Study system and tracking: A full colony of individually tagged Apis mellifera in a two-sided single-frame observation hive was recorded at 3 Hz for 25 consecutive days (1–25 Aug 2016), with tracking extending from 24 Jul to 19 Sep 2016. Bees had outside access via a tube. A total of 3166 bees were tagged; 1920 individuals from 30 cohorts (ages 0 days to ~8 weeks) were recorded during the focal period. Video capture (two cameras per side) yielded 46 TB of data, processed to decode tags and track positions/rotations over time. Homographies aligned image coordinates to comb coordinates. Low-confidence decodes and implausible detections were filtered; Otsu’s method separated real from spurious IDs.
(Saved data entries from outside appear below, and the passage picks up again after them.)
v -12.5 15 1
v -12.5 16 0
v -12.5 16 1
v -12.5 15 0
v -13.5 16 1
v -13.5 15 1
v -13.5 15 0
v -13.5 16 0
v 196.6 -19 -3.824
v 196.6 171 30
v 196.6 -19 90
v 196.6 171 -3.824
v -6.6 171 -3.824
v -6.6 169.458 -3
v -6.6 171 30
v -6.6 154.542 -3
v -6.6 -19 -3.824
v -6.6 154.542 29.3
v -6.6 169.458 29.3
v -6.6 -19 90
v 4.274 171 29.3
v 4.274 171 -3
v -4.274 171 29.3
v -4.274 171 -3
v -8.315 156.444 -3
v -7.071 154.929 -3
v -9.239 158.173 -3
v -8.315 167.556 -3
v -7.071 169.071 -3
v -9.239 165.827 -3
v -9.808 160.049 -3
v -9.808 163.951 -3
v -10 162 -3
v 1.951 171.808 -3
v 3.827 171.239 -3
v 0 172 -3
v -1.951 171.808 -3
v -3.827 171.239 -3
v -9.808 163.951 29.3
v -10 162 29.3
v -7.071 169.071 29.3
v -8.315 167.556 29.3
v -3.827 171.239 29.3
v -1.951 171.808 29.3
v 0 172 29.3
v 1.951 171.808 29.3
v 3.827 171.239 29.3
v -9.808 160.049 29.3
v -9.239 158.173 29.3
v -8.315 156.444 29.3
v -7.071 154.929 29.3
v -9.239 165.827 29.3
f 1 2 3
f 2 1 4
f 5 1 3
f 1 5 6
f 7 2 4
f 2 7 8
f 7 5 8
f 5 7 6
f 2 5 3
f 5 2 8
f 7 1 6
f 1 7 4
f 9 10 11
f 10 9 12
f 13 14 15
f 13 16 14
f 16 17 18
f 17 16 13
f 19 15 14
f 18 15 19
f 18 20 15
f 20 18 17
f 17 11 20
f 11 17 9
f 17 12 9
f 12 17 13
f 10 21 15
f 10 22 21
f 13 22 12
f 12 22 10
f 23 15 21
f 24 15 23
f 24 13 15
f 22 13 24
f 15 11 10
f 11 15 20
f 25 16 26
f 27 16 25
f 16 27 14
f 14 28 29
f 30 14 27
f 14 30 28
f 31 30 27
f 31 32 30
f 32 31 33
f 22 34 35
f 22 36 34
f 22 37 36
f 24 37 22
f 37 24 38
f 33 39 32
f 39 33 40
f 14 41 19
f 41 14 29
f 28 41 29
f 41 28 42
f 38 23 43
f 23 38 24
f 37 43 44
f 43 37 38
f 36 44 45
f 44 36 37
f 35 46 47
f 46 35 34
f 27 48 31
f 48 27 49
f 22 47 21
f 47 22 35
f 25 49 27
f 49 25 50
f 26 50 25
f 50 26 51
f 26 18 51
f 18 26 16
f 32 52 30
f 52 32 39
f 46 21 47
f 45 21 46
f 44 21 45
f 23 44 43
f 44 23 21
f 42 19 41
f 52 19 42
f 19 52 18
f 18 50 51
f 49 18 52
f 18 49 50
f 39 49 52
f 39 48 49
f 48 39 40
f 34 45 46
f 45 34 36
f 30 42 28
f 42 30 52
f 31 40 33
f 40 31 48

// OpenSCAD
// file: BBB.scad
$fn = 32;

small = 0.1;
inch = 25.4; 
boardLength = 3.400 * inch;
boardWidth  = 2.150 * inch;
boardHeight  = 1.5;
boardSize = [boardLength, boardWidth, boardHeight];
boardColor = [0.3,0.3,0.3];

ethSize     = [21.0,17.0,13.5];
ethOffset   = [-2.5,21.25,boardHeight+0.8];

usbHostSize     = [14.0,15.5,7.0];
usbHostOffset   = [boardLength-usbHostSize[0],9,boardHeight+0.7];

usbSize         = [7.0,7.8,4.5];
usbOffset       = [-.2,40,-usbSize[2]+0.5];

hdmiSize        = [8.0,8.0,3.5];
hdmiOffset      = [boardLength-hdmiSize[0]+0.5,20.8,-hdmiSize[2]+0.5];

sdSize   = [15.0,14.0,1.6];
sdOffset = [boardLength-sdSize[0],30,-sdSize[2]];

powerSize = [14.0,9.5,11.0];
powerOffset = [-2.5,4.75,boardHeight];

headerSize = [58.6,5.0,8.8];
headerOffset1 = [18.3,0.3,boardHeight];
headerOffset2 = [18.3,boardWidth-0.3-headerSize[1],boardHeight];

clearanceLength = 0;
clearanceColor = [0.5,0.5,0.8,0.0];

holeR = 0.125/2 * inch;
hole1Pos = [0.575 * inch, 0.125 * inch, 0];
hole2Pos = [0.575 * inch, 2.025 * inch, 0];
hole3Pos = [3.175 * inch, 0.250 * inch, 0];
hole4Pos = [3.175 * inch, 1.900 * inch, 0];

module board()
{
  cube([boardLength, boardWidth, boardHeight]);
  translate(headerOffset1) cube(headerSize);
  translate(headerOffset2) cube(headerSize);
}


module cornerNegative(centre, radius, rotation)
{
  translate(centre) {
    rotate([0,0,rotation])
    {
      difference()
      {
        translate([-small,-small,-small/2]) {
          cube([radius+small,radius+small,boardHeight+small]);
        }
        translate([radius,radius,-small]) {
          cylinder(h=boardHeight+small*2,r=radius, center=false);
        }
      }
    }
  }
}

module mountingHole(centre)
{
   translate(centre) {
     translate([0,0,boardHeight/2]) {
       cylinder(r=holeR,h=boardHeight+small,center=true);
     }
   }
}

module ethernetBlock()
{
  translate(ethOffset) 
  {
    cube(ethSize);
    translate([-clearanceLength,0,0]) {
      color(clearanceColor) cube([clearanceLength+small,ethSize[1],ethSize[2]]);
    }
  }
}


module usbHostBlock()
{
  translate(usbHostOffset) 
  {
    cube(usbHostSize);
    translate([usbHostSize[0]-small,0,0]) {
      color(clearanceColor) cube([clearanceLength+small,usbHostSize[1],usbHostSize[2]]);
    }
  }
}

module usbBlock()
{
  translate(usbOffset)
  {
    cube(usbSize);
    translate([-clearanceLength,0,0]) {
      color(clearanceColor) cube([clearanceLength+small,usbSize[1],usbSize[2]]);
    }
  }
}

module sdBlock()
{
  translate(sdOffset)
  {
    cube(sdSize);
    translate([sdSize[0]-small,0,0]) {
      color(clearanceColor) cube([clearanceLength+small,sdSize[1],sdSize[2]]);
    }
  }        
}

module hdmiBlock()
{
  translate(hdmiOffset)
  {
    cube(hdmiSize);
    translate([hdmiSize[0]-small,0,0]) {
      color(clearanceColor) cube([clearanceLength+small,hdmiSize[1],hdmiSize[2]]);
    }

  }
}

module powerBlock()
{
  translate(powerOffset)
  {
    cube(powerSize);
    translate([-clearanceLength,0,0]) {
      color(clearanceColor) cube([clearanceLength+small,powerSize[1],powerSize[2]]);
    }
  }
}

module boardNegative()
{
   cornerNegative([0,0,0], 0.250 * inch, 0);
   cornerNegative([0,boardWidth,0], 0.250 * inch, 270);
   cornerNegative([boardLength,0,0], 0.500 * inch, 90);
   cornerNegative([boardLength,boardWidth,0], 0.500 * inch, 180);
   mountingHole(hole1Pos);
   mountingHole(hole2Pos);
   mountingHole(hole3Pos);
   mountingHole(hole4Pos);
}

module beagleboneblack() 
{
  color(boardColor) {
    difference() {
      board();
      boardNegative();
    }
  }
  ethernetBlock();
  usbHostBlock();
  usbBlock();
  hdmiBlock();
  sdBlock();
  powerBlock();
}

module LVDS(){
  color([1, 1, 1]) {
    difference() {
      board();
      boardNegative();
    }
  }
}
// main file
mm = 1.;
inch = 25.4 * mm;
include <BBB.scad>;

translate([.8730*inch - hole1Pos[0], .3340*inch - hole1Pos[1], 0]){
  translate([0, boardWidth / 2,12*mm ])
    rotate(180, [1, 0, 0])
    translate([0, -boardWidth/2,0 ])
    LVDS();

  translate([0, boardWidth / 2,24*mm ])
    rotate(180, [1, 0, 0])
    translate([0, -boardWidth/2,0 ])
    beagleboneblack();
}

$fs=25;

// mouting holes:

uC_HOLES = [[4 * mm, 4 * mm],
	    [4 * mm, 76 * mm],
	    [4 * mm, 118 * mm],
	    [4 * mm, 148 * mm],
	    [95 * mm, 4 * mm],
	    [95 * mm, 76 * mm],
	    [186 * mm ,148 * mm],
	    [186 * mm ,118 * mm],
	    [186 * mm, 76 * mm],
	    [186 * mm, 4 * mm],
	    ];

uC_LENGTH = 190 * mm;
uC_WIDTH = 152 * mm;
uC_HEIGHT = .06 * inch;
HOLE_D = 3 * mm;
HOLE_R = HOLE_D / 2;
small = .1;
module uC_mountingHole(centre){
  echo("HOLE", centre);
  translate([centre[0], centre[1], uC_HEIGHT / 2 ]) {
    cylinder(r=HOLE_R,h=20 * (2 * uC_HEIGHT + small),center=true);
  }
}

module uC_board(){
  cube([uC_LENGTH, uC_WIDTH, uC_HEIGHT]);
}

module uC_board_neg(){
  for(i=[0:len(uC_HOLES) - 1]){
    uC_mountingHole(uC_HOLES[i]);
  }
}

module uControl(){
  difference(){
    uC_board();
    uC_board_neg();
  }
}

module usbhub(){
  color(boardColor){
    cube([90 * mm, 30 * mm, 8 * mm]);
    translate([67 * mm, 6*mm, 8*mm])
      cube([7 * mm, 15 * mm, 15 * mm]);
    translate([80 * mm, 6*mm, 8*mm])
      cube([7 * mm, 15 * mm, 15 * mm]);
  }
}

flow_r = 22.3 * mm / 2;
flow_l = 81.6 * mm;translate([-flow_ctrl_box_l/2, flow_ctrl_box_w / 2, 0])
cube([flow_l, flow_height - 2 * flow_r]);

flow_height = 34.2 * mm; 
flow_ctrl_box_l = 27*mm;
flow_ctrl_box_w = 30*mm;
flow_smooth_l = 100*mm;

module Flow(){
  translate([45 * mm, 133 * mm, 2  * flow_r]){
    translate([-flow_ctrl_box_l/2, -flow_ctrl_box_w / 2, ])
      color("red")cube([flow_ctrl_box_l, flow_ctrl_box_w, flow_height - 2 * flow_r]);
    translate([0, 0, -flow_r])
      rotate(90, [0, 1, 0])
      translate([0, 0, -flow_l/2])
      cylinder(flow_l + flow_smooth_l, flow_r, flow_r);
  }
}

pump_r = 27*mm / 2;
pump_h = 63*mm;
module Pump(){
  translate([4.0 * inch + pump_h, 4.0 * inch,  pump_r])
    rotate(-90, [0, 1, 0]){
    translate([0, 0, pump_h])cylinder(r=1.5*mm, h=10*mm);
    cylinder(r=pump_r, h=pump_h);
  }
}

interior_w = 8*inch;
module Interior(){
  color([0, 1, 0, .3])
  translate([-interior_w/2, 0, 0])
  rotate(90, [0, 0, 1])
    rotate(90, [1, 0, 0]){
    linear_extrude(height=interior_w)
      polygon(points=[
		      [-uC_LENGTH/2, -2*flow_r - uC_HEIGHT - 10*mm],
		      [uC_LENGTH/2, -2*flow_r - uC_HEIGHT - 10*mm],
		      [uC_LENGTH/2, 60*mm],
		      [-uC_LENGTH/2, 0*mm]
		      ], paths=[[0, 1, 2, 3]]);
  }
}


translate([0, 0, -uC_HEIGHT]) uControl();
translate([8*mm, 30*mm, 24*mm])usbhub();
Flow();
Pump();
translate([uC_LENGTH/2, uC_WIDTH/2, 30*mm])
rotate(180, [0, 0, 1])
Interior();
translate([0, uC_WIDTH + 10, -3])
cylinder(r=10, h=flow_r * 2 + 10 *mm);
Nest map and task descriptor: For each day, the capped brood and honey storage areas were annotated from background images; open brood inferred as areas becoming capped within 8 days. The dance floor was estimated from high-confidence waggle run detections and fit by an ellipse; an exit zone was defined as a 7.5 cm region around the tube. For each bee, one high-confidence detection per minute was sampled and the fraction of detections within brood, honey storage, dance floor, and near-exit regions computed to form a per-day task-location descriptor.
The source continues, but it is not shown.